Ask HN: What's the worst possible outcome for Uber in the Waymo vs. Uber case? - donsupreme
Can someone break down what&#x27;s the worst possible consequence for Uber if the judge found them guilty criminally?
======
wayn3
You probably just expressed that imprecisely, but companies can not be found
to have acted criminally. Crimes can only be committed by bodies that can be
put in prison.

What they can do is assert that some critical part of technology that uber has
access to originated at waymo and was brought to uber by whoever brought it
there - in an illegal way.

If that's the case, they can be both forced to pay damages and be forced to
turn over (essentially delete) the things they are in possession of that are
not "theirs". In that case, anything that uber has developed "on top of" what
had been stolen, could be assigned to waymo as well.

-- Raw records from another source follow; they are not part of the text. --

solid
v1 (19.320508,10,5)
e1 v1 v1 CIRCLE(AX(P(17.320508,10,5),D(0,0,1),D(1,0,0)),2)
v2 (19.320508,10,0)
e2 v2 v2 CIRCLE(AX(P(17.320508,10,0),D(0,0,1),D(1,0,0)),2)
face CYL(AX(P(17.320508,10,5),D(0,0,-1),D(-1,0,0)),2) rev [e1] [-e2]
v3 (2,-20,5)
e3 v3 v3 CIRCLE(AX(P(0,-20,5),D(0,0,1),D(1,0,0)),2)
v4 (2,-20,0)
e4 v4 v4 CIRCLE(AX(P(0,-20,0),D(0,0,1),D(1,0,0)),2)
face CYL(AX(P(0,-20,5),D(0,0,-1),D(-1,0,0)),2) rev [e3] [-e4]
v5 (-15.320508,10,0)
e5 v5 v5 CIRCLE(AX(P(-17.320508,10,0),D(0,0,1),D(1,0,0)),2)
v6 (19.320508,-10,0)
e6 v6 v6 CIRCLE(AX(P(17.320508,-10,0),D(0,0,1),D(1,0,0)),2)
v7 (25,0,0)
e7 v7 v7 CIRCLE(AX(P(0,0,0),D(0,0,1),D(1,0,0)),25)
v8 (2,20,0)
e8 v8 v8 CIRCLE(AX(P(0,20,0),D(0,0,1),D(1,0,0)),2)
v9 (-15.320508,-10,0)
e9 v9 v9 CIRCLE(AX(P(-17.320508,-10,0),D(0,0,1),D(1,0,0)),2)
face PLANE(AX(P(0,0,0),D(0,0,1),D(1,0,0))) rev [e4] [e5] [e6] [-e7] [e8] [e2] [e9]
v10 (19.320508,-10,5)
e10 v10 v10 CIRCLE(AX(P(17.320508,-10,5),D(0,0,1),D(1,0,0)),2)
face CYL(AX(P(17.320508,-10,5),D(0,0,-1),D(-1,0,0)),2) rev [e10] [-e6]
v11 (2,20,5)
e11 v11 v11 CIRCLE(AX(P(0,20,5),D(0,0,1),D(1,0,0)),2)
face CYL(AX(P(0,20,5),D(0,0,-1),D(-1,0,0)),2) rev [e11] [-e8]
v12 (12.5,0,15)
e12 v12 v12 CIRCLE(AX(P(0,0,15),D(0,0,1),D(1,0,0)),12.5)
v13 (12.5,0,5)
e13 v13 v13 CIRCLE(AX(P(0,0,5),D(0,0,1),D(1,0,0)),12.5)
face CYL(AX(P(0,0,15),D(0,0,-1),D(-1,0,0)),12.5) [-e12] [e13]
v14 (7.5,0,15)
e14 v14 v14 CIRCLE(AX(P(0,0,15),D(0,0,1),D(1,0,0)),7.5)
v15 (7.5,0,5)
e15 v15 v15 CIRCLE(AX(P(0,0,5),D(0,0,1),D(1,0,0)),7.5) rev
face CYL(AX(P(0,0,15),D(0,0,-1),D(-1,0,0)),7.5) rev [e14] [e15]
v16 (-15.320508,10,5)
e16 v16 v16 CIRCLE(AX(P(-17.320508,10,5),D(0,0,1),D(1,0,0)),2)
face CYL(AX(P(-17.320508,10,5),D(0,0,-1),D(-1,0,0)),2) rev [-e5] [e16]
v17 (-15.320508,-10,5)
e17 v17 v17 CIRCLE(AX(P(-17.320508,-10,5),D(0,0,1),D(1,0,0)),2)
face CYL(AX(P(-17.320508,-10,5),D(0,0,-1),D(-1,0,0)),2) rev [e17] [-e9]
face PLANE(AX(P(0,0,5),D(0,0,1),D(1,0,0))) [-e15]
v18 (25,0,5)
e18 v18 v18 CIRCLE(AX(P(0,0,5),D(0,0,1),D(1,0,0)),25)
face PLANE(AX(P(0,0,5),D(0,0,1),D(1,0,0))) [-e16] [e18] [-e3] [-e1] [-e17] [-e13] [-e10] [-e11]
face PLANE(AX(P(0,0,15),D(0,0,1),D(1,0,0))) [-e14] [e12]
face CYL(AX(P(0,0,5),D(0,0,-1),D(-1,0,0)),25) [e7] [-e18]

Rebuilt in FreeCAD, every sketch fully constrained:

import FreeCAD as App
import Part
import Sketcher

V = App.Vector
Q = App.Units.Quantity

doc = App.newDocument("Part")
body = doc.addObject("PartDesign::Body", "Body")

# Sketch on XY plane
sketch1 = body.newObject("Sketcher::SketchObject", "Sketch")
sketch1.AttachmentSupport = (doc.getObject("XY_Plane"), [""])
sketch1.MapMode = "FlatFace"
sketch1.addGeometry(Part.Circle(V(0, 0, 0), V(0, 0, 1), 25), False)
sketch1.addGeometry(Part.Circle(V(-17.3, -10, 0), V(0, 0, 1), 2), False)
sketch1.addGeometry(Part.Circle(V(0, -20, 0), V(0, 0, 1), 2), False)
sketch1.addGeometry(Part.Circle(V(17.3, -10, 0), V(0, 0, 1), 2), False)
sketch1.addGeometry(Part.Circle(V(-17.3, 10, 0), V(0, 0, 1), 2), False)
sketch1.addGeometry(Part.Circle(V(17.3, 10, 0), V(0, 0, 1), 2), False)
sketch1.addGeometry(Part.Circle(V(0, 20, 0), V(0, 0, 1), 2), False)
sketch1.addConstraint(Sketcher.Constraint("Coincident", 0, 3, -1, 1))
sketch1.addConstraint(Sketcher.Constraint("Equal", 1, 2))
sketch1.addConstraint(Sketcher.Constraint("Equal", 2, 3))
sketch1.addConstraint(Sketcher.Constraint("Equal", 3, 4))
sketch1.addConstraint(Sketcher.Constraint("Equal", 4, 5))
sketch1.addConstraint(Sketcher.Constraint("Equal", 5, 6))
sketch1.addConstraint(Sketcher.Constraint("Symmetric", 3, 3, 4, 3, -1, 1))
sketch1.addConstraint(Sketcher.Constraint("Symmetric", 1, 3, 5, 3, -1, 1))
sketch1.addConstraint(Sketcher.Constraint("Symmetric", 2, 3, 6, 3, -1, 1))
sketch1.addConstraint(Sketcher.Constraint("Symmetric", 1, 3, 3, 3, -2))
sketch1.addConstraint(Sketcher.Constraint("PointOnObject", 2, 3, -2))
sketch1.addConstraint(Sketcher.Constraint("Diameter", 0, Q("50 mm")))
sketch1.addConstraint(Sketcher.Constraint("Diameter", 1, Q("4 mm")))
sketch1.addConstraint(Sketcher.Constraint("DistanceY", 1, 3, -1, 1, Q("10 mm")))
sketch1.addConstraint(Sketcher.Constraint("DistanceY", 2, 3, -1, 1, Q("20 mm")))
sketch1.addConstraint(Sketcher.Constraint("DistanceX", 1, 3, -1, 1, Q("17.320508 mm")))
pad1 = body.newObject("PartDesign::Pad", "Pad")
pad1.Profile = sketch1
pad1.Length = 5

# Sketch on XY plane
sketch2 = body.newObject("Sketcher::SketchObject", "Sketch001")
sketch2.AttachmentSupport = (doc.getObject("XY_Plane"), [""])
sketch2.MapMode = "FlatFace"
sketch2.AttachmentOffset = App.Placement(V(0, 0, 5), App.Rotation())
sketch2.addGeometry(Part.Circle(V(0, 0, 0), V(0, 0, 1), 12), False)
sketch2.addGeometry(Part.Circle(V(0, 0, 0), V(0, 0, 1), 8), False)
sketch2.addConstraint(Sketcher.Constraint("Coincident", 0, 3, -1, 1))
sketch2.addConstraint(Sketcher.Constraint("Coincident", 1, 3, -1, 1))
sketch2.addConstraint(Sketcher.Constraint("Diameter", 0, Q("25 mm")))
sketch2.addConstraint(Sketcher.Constraint("Diameter", 1, Q("15 mm")))
pad2 = body.newObject("PartDesign::Pad", "Pad001")
pad2.Profile = sketch2
pad2.Length = 10

doc.recompute()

Practically, this is just
all settled with money. they won't run back and forth with data and software.
Waymo gets however much they are assigned in damages and Uber will be told to
not use these things anymore.

That can easily shut the whole Uber self driving car operation down - or
cripple it so much that continuing won't be feasible because they would run
out of money first/be unfundable.

The guy who actually stole things from Waymo is obviously going to have a bad
time because he did (allegedly) commit a crime. In the "innocent until proven
guilty" way. I don't know what he has or has not don, but if he did take trade
secrets with him, thats going to be a problem.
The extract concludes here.